The NICU’s constant barrage of doctors and beeping monitors is traumatic — and that trauma lingers.
Her parents Courtney and Hollis Wakefield cherish her. They were by her side for each of the 95 days Kepley spent in the NICU.
Hollis knew her pregnancy was going to be high risk. She was a 39-year-old cervical cancer survivor, so she and her wife had a plan for early labor. Even they weren’t prepared for delivery at 24 weeks, five days. But that’s when Kepley arrived, at 1 lb 10 ounces. The NICU team braced the Dallas couple for a long and frustrating road.
“They told us it would be like a rollercoaster,” Hollis said. “They were like it’s going to be, you know, minute-to-minute some days. It’s not a straight line at all.”
Kepley started out in the NICU at UT-Southwestern’s Clements University Hospital, but eventually moved to the higher level NICU just down the road at Children’s Medical Center in Dallas. She was on a ventilator for three months.
When she was discharged, she still was tiny not even five pounds. She still needed supplementary oxygen and had weekly doctors appointments. Courtney says the stress from the NICU followed them home.
“I’m anxious all the time,” she said. “I have said, I have not been myself since Kepley was born.”
Because Kepley was born so early, her lungs weren’t fully developed. And because a ventilator helped her breathe for so long, those tiny lungs were also damaged. So even though Kepley is now thriving, flu season is a real threat. Her parents second guess every public outing, even quick trips to the store.
“And you’re thinking, do we risk it? Are we both going to be home where one of us could stay home?” Courtney said. “Just kind having to deal with that, even just for day-to-day tasks that we might normally bring a baby to. We’re having to kind of think twice.”
That’s not an overreaction. Doctors say catching a respiratory virus like RSV or the flu might put a premature baby right back in the hospital, which could re-traumatize those parents who’ve already spent time in the NICU.
Dr. Rashmin Savani is the chief of neonatal medicine at Children’s Health and UT Southwestern. He says even just the noise of endlessly beeping NICU monitors can overwhelm parents.
“The medical team and the nursing team they’re phenomenal, they understand what all these beeps are and when to respond, when to not respond.” Savani said. “But the family is bombarded with this sort of cacophony of alarms that are all designed to say ‘hey, pay attention to me.’ But for the family, it’s really scary.”
Children’s Health has a support crew in place to handle everything but the medicine. Every family has access to a team that includes a social worker, a psychologist and a chaplain.
Dr. Savani says Children’s Health also has a team devoted to helping a family transition to home — learning the ins and outs of complicated equipment and medication, as well as making sure the house is set up for a preemie, without the constant surveillance of doctors and nurses.

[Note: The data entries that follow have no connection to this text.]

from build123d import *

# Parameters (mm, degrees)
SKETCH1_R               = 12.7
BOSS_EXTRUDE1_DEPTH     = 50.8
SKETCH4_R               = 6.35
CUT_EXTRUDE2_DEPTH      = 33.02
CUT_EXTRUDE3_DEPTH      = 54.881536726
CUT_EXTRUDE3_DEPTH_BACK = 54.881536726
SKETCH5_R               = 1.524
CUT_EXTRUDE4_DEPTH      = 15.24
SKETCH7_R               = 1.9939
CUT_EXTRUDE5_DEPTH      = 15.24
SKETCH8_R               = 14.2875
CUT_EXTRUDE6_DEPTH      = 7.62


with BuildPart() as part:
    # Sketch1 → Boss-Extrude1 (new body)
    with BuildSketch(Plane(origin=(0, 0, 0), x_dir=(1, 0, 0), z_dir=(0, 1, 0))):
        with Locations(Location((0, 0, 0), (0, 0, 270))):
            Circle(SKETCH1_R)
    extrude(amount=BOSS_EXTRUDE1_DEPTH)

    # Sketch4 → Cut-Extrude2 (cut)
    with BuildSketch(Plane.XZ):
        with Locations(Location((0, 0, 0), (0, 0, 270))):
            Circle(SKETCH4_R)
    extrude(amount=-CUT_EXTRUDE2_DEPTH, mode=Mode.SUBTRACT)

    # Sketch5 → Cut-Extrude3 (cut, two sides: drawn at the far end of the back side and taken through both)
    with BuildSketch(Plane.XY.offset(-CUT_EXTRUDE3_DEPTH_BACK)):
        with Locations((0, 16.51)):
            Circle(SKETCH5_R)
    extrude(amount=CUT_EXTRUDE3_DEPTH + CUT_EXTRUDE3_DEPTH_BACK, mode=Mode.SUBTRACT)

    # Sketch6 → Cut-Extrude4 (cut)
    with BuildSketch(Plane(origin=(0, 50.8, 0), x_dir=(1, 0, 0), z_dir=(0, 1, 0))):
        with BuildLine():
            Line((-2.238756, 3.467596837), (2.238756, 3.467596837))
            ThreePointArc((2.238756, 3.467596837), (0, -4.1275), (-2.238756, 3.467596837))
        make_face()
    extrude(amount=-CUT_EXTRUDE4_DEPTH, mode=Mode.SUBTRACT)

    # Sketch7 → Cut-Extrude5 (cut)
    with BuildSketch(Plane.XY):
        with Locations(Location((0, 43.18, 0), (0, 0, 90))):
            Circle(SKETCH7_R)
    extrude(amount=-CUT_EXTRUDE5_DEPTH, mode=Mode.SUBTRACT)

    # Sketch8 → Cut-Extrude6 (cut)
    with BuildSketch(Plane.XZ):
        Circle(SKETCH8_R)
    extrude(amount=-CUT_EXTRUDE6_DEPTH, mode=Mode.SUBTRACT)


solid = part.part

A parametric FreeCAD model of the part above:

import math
import FreeCAD as App
import Part
import Sketcher
Q = App.Units.Quantity

doc = App.newDocument("Part")
body = doc.addObject("PartDesign::Body", "Body")

# Sketch on XZ plane
sketch1 = body.newObject("Sketcher::SketchObject", "Sketch")
sketch1.AttachmentSupport = (doc.getObject("XZ_Plane"), [""])
sketch1.MapMode = "FlatFace"
sketch1.addGeometry(Part.Circle(App.Vector(0, 0, 0), App.Vector(0, 0, 1), 13), False)
sketch1.addConstraint(Sketcher.Constraint("Coincident", 0, 3, -1, 1))
sketch1.addConstraint(Sketcher.Constraint("Diameter", 0, Q("1 in")))
pad1 = body.newObject("PartDesign::Pad", "Pad")
pad1.Profile = sketch1
pad1.Length = Q("2 in")
pad1.Reversed = True

# Sketch on XZ plane
sketch2 = body.newObject("Sketcher::SketchObject", "Sketch001")
sketch2.AttachmentSupport = (doc.getObject("XZ_Plane"), [""])
sketch2.MapMode = "FlatFace"
sketch2.addGeometry(Part.Circle(App.Vector(0, 0, 0), App.Vector(0, 0, 1), 6), False)
sketch2.addConstraint(Sketcher.Constraint("Coincident", 0, 3, -1, 1))
sketch2.addConstraint(Sketcher.Constraint("Diameter", 0, Q("0.5 in")))
pocket1 = body.newObject("PartDesign::Pocket", "Pocket")
pocket1.Profile = sketch2
pocket1.Length = Q("1.3 in")

# Sketch on XY plane
sketch3 = body.newObject("Sketcher::SketchObject", "Sketch002")
sketch3.AttachmentSupport = (doc.getObject("XY_Plane"), [""])
sketch3.MapMode = "FlatFace"
sketch3.addGeometry(Part.Circle(App.Vector(0, 16.5, 0), App.Vector(0, 0, 1), 1.5), False)
sketch3.addConstraint(Sketcher.Constraint("PointOnObject", 0, 3, -2))
sketch3.addConstraint(Sketcher.Constraint("Diameter", 0, Q("0.12 in")))
sketch3.addConstraint(Sketcher.Constraint("DistanceY", -1, 1, 0, 3, Q("0.65 in")))
pocket2 = body.newObject("PartDesign::Pocket", "Pocket001")
pocket2.Profile = sketch3
pocket2.Type = "ThroughAll"
pocket2.Midplane = True

# Sketch on XZ plane
sketch4 = body.newObject("Sketcher::SketchObject", "Sketch003")
sketch4.AttachmentSupport = (doc.getObject("XZ_Plane"), [""])
sketch4.MapMode = "FlatFace"
sketch4.AttachmentOffset = App.Placement(App.Vector(0, 0, -2 * 25.4), App.Rotation())
sketch4.addGeometry(Part.LineSegment(App.Vector(2.2, -3.5, 0), App.Vector(-2.2, -3.5, 0)), False)
sketch4.addGeometry(Part.ArcOfCircle(Part.Circle(App.Vector(0, 0, 0), App.Vector(0, 0, 1), 4.1), math.radians(-57), math.radians(237)), False)
sketch4.addConstraint(Sketcher.Constraint("Coincident", 0, 1, 1, 1))
sketch4.addConstraint(Sketcher.Constraint("Coincident", 1, 2, 0, 2))
sketch4.addConstraint(Sketcher.Constraint("Horizontal", 0))
sketch4.addConstraint(Sketcher.Constraint("Coincident", 1, 3, -1, 1))
sketch4.addConstraint(Sketcher.Constraint("Radius", 1, Q("0.1625 in")))
sketch4.addConstraint(Sketcher.Constraint("DistanceX", 0, 2, 0, 1, 4.477512))
pocket3 = body.newObject("PartDesign::Pocket", "Pocket002")
pocket3.Profile = sketch4
pocket3.Length = Q("0.6 in")
pocket3.Reversed = True

# Sketch on XY plane
sketch5 = body.newObject("Sketcher::SketchObject", "Sketch004")
sketch5.AttachmentSupport = (doc.getObject("XY_Plane"), [""])
sketch5.MapMode = "FlatFace"
sketch5.addGeometry(Part.Circle(App.Vector(0, 43.2, 0), App.Vector(0, 0, 1), 2), False)
sketch5.addConstraint(Sketcher.Constraint("PointOnObject", 0, 3, -2))
sketch5.addConstraint(Sketcher.Constraint("Diameter", 0, Q("0.157 in")))
sketch5.addConstraint(Sketcher.Constraint("DistanceY", -1, 1, 0, 3, Q("1.7 in")))
pocket4 = body.newObject("PartDesign::Pocket", "Pocket003")
pocket4.Profile = sketch5
pocket4.Length = Q("0.6 in")

# Sketch on XZ plane
sketch6 = body.newObject("Sketcher::SketchObject", "Sketch005")
sketch6.AttachmentSupport = (doc.getObject("XZ_Plane"), [""])
sketch6.MapMode = "FlatFace"
sketch6.addGeometry(Part.Circle(App.Vector(0, 0, 0), App.Vector(0, 0, 1), 14), False)
sketch6.addConstraint(Sketcher.Constraint("Coincident", 0, 3, -1, 1))
sketch6.addConstraint(Sketcher.Constraint("Diameter", 0, Q("1.125 in")))
pocket5 = body.newObject("PartDesign::Pocket", "Pocket004")
pocket5.Profile = sketch6
pocket5.Length = Q("0.3 in")

doc.recompute()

Hollis and Courtney Wakefield have been there. And while some things about caring for a preemie are old hat by now, they say some of those visceral NICU memories will never fade. There’s a visual reminder in the house too — a strand of colorful beads, so long it could wrap around Kepley’s tiny waist a dozen times. Courtney says each bead stands for something different Kepley went through in the NICU, for example: blood draws, surgeries and overnight stays.
One day, Kepley might decide to hang these beads on the wall — a memento of her earliest triumph.
For now though, she’s happy to use them as a teething toy.